Ri Do from the cycloaliphatic epoxy compound is a compound having an epoxy group configured to include two adjacent carbon atoms of the aliphatic ring (a) and other epoxy compounds to be added if necessary (b), Epoxy resin (A) not containing glycidyl ether type epoxy resin as other epoxy compound (b), compound (B) that reacts with cationic species added as necessary, and compound (C) that generates cationic species by heating A method for curing an epoxy resin composition, comprising: curing an epoxy resin composition comprising: at least two stages, and performing primary curing (first stage curing) at 50 ° C to 80 ° C. The weight ratio of the cycloaliphatic epoxy compound (a) and the other epoxy compound (b) added as necessary is epoxy compound (a) / epoxy compound (b) = 100/0 to 40/60. A method for curing the epoxy resin composition according to 1 . The method for curing an epoxy resin composition according to claim 1 or 2, wherein the compound (B) is one or more selected from the group consisting of alcohol, oxetane, vinyl ether, propenyl ether, and a compound containing a phenolic hydroxyl group.
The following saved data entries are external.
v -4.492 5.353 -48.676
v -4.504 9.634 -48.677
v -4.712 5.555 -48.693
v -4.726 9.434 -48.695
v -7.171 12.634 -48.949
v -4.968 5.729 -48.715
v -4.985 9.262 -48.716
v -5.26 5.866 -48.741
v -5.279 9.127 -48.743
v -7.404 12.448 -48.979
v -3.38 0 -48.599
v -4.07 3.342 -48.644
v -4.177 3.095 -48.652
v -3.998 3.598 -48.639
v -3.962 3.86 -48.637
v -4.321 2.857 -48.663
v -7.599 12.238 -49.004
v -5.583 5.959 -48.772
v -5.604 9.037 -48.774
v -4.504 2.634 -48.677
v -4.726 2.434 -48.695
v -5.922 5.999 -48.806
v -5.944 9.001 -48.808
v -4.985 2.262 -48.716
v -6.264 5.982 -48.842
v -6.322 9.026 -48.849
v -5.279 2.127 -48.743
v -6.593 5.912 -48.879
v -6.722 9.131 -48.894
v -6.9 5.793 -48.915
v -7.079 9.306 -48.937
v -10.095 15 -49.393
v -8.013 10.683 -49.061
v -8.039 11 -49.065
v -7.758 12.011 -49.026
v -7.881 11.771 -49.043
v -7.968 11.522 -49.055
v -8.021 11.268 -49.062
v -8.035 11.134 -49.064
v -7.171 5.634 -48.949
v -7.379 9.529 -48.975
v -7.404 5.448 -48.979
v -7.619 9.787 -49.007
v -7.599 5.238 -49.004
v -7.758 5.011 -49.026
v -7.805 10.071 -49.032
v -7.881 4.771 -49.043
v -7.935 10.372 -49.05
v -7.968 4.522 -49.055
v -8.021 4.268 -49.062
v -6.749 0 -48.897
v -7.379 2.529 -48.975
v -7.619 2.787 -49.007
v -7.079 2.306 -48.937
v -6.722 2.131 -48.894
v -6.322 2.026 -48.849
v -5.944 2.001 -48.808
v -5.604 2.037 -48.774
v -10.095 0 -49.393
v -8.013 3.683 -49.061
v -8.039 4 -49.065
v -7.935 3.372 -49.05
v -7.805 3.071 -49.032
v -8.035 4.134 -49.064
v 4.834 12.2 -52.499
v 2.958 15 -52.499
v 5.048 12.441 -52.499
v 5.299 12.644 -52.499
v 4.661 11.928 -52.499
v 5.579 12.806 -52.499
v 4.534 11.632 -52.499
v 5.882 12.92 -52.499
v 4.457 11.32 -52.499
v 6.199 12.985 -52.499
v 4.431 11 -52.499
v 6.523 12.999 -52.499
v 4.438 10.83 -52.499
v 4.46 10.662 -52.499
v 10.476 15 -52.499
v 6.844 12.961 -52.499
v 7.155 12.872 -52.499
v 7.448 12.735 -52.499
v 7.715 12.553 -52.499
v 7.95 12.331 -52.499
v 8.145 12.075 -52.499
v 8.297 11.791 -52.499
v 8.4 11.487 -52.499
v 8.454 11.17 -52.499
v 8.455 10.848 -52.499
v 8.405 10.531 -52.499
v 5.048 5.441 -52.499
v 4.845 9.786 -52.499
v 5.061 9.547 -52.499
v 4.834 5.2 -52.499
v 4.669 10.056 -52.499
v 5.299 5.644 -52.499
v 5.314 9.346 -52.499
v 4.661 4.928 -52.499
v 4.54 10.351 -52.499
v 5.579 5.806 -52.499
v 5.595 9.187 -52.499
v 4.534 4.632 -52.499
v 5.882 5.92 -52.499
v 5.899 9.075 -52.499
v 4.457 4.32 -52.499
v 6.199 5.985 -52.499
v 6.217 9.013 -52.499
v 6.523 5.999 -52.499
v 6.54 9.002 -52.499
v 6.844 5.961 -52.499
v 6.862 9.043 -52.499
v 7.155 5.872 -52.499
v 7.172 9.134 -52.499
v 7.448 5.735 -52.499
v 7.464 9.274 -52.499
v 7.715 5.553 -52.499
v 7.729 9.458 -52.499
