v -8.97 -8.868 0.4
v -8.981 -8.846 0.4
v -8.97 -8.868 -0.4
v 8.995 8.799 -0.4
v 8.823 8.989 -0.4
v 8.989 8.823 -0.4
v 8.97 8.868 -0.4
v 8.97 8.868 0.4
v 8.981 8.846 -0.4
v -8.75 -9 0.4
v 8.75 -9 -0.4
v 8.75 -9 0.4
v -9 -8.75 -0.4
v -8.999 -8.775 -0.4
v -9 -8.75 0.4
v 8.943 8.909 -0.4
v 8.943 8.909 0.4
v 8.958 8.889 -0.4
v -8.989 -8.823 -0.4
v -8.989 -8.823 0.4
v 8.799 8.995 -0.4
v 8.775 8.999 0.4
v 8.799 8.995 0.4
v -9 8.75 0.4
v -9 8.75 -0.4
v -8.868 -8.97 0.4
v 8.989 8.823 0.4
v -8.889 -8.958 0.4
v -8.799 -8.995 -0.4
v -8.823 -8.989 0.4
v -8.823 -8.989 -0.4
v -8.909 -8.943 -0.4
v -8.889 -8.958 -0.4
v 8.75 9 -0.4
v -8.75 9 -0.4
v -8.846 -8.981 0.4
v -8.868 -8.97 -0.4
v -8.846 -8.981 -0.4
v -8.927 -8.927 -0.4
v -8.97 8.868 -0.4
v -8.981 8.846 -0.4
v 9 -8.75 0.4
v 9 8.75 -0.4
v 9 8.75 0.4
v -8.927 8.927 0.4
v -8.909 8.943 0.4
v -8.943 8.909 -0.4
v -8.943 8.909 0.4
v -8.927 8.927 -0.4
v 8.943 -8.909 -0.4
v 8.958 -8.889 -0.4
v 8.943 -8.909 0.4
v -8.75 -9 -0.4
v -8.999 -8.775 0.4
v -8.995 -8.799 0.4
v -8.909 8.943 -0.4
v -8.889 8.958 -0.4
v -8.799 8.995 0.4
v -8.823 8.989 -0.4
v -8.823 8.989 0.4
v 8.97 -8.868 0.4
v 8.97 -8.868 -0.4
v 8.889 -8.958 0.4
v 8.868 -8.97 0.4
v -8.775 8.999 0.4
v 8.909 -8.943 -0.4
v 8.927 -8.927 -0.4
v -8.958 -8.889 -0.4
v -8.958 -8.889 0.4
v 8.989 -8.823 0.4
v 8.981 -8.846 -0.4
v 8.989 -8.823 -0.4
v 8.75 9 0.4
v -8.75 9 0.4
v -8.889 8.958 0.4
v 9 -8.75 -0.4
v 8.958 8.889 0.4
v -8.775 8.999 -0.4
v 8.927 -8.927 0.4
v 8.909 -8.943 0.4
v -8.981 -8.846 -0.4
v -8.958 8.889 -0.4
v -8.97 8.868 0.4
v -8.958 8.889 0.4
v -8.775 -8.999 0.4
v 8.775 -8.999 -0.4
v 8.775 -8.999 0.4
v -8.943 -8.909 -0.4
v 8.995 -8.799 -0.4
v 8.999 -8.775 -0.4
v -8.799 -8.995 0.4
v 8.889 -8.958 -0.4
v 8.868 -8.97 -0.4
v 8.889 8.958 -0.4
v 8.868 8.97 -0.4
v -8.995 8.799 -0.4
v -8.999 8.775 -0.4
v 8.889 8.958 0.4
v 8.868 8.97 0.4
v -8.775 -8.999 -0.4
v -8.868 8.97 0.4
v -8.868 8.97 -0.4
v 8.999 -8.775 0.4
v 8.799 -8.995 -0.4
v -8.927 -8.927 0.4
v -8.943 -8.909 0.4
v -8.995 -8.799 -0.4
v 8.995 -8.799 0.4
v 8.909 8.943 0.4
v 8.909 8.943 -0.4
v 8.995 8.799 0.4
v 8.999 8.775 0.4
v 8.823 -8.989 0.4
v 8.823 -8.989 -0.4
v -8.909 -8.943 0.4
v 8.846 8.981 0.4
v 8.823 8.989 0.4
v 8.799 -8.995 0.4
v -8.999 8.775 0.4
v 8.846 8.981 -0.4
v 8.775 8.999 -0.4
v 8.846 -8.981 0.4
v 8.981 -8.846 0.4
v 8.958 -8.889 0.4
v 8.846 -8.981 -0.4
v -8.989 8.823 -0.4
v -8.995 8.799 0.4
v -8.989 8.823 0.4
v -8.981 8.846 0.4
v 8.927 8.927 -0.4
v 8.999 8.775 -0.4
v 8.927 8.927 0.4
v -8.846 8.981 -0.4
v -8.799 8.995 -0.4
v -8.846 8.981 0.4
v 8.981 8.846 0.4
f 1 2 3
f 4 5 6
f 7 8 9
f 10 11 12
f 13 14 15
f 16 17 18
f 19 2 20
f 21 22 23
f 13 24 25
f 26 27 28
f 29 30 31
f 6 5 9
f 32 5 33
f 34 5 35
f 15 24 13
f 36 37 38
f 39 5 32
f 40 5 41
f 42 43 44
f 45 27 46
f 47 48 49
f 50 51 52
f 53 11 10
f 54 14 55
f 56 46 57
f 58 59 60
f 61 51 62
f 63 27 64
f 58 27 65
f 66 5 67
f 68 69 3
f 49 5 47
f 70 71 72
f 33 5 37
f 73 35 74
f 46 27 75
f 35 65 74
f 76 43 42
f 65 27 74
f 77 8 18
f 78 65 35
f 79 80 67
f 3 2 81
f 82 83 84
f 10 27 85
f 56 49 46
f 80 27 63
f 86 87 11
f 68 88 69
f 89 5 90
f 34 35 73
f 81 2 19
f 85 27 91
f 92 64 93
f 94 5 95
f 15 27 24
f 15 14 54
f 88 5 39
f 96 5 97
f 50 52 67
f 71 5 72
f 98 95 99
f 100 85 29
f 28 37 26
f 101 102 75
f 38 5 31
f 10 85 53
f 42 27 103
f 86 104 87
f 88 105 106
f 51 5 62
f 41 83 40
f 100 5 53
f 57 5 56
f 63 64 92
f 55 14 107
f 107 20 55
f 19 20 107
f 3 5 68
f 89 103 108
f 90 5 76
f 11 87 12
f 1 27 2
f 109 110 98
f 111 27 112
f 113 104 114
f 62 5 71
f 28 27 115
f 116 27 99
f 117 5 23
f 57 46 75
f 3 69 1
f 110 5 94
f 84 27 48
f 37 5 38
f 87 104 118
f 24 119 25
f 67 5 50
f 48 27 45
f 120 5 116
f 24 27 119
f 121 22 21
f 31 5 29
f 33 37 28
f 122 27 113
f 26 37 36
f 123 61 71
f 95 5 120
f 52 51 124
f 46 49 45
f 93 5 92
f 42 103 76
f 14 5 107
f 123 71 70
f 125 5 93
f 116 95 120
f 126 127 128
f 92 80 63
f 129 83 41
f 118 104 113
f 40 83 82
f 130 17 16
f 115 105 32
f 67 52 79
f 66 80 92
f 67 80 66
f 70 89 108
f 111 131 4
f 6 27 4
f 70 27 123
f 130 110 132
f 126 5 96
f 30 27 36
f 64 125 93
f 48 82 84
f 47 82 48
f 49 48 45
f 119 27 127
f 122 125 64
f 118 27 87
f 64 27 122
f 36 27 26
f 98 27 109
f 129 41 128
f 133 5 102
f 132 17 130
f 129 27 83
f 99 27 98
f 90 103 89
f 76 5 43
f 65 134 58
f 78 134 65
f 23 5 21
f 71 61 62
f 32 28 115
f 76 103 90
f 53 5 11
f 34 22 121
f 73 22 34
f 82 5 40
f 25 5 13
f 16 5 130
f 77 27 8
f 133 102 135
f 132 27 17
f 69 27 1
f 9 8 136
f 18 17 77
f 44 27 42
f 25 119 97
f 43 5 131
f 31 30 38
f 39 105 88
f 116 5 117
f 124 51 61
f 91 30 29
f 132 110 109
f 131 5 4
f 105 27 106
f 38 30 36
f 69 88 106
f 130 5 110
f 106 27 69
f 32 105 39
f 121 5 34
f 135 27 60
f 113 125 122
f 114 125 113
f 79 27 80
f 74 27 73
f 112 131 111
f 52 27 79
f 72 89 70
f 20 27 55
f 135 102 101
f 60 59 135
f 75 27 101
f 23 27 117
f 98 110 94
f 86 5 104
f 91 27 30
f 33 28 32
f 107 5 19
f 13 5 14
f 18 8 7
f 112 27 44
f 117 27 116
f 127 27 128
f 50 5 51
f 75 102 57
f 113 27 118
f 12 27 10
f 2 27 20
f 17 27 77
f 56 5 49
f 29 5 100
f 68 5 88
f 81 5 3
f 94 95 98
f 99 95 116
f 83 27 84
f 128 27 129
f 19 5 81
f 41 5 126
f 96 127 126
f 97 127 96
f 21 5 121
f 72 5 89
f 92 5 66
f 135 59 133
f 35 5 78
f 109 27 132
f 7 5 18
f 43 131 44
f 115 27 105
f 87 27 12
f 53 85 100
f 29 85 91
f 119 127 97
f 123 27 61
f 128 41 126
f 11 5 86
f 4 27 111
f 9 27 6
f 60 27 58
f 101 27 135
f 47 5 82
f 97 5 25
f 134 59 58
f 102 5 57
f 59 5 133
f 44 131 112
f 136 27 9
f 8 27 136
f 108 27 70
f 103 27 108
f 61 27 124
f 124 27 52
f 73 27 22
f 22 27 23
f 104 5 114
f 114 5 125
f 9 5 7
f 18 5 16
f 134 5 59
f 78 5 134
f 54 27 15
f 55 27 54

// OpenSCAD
// 18.0mm x 18.0mm x 0.8mm PCB (single connected solid)

$fn = 64;

// Parameters (mm)
pcb_L = 18.0;  // length (X)
pcb_W = 18.0;  // width  (Y)
pcb_T = 0.8;   // thickness (Z)

// Small edge chamfer to make thickness visible in renders
chamfer = min(0.25, pcb_T/3, pcb_L/20, pcb_W/20);

module pcb_plate(L, W, T, c) {
    color([0.0, 0.4, 0.2])
    hull() {
        // Four corner posts; hull creates a single connected solid with softened edges
        for (sx = [-1, 1], sy = [-1, 1])
            translate([sx*(L/2 - c), sy*(W/2 - c), 0])
                cylinder(h=T, r=c, center=true);
    }
}

pcb_plate(pcb_L, pcb_W, pcb_T, chamfer);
The ratio of the epoxy resin (A) and the compound (B), epoxy resin (A) / compound (B) = 100 / 0~60 / 40 according to claim 1 which is (weight% ratio) A method for curing an epoxy resin composition. The method for curing an epoxy resin composition according to any one of claims 1 to 4 , wherein curing after secondary curing (second-stage curing) is performed at 100 to 200 ° C. The method for curing an epoxy resin composition according to any one of claims 1 to 5, wherein the primary curing is performed for 15 minutes to 2 hours, and the curing after the secondary curing is performed within 4 hours. Hardened | cured material obtained by the hardening method in any one of Claims 1-6 . The cured product according to claim 7 , wherein the glass transition point is 120 ° C or higher. The curing according to claim 7 or 8 , which is used for any one application selected from the group consisting of an adhesive, a coating material, an electrical material sealing material, an optical semiconductor sealing material, and a printed circuit board or an insulating layer thereof. object.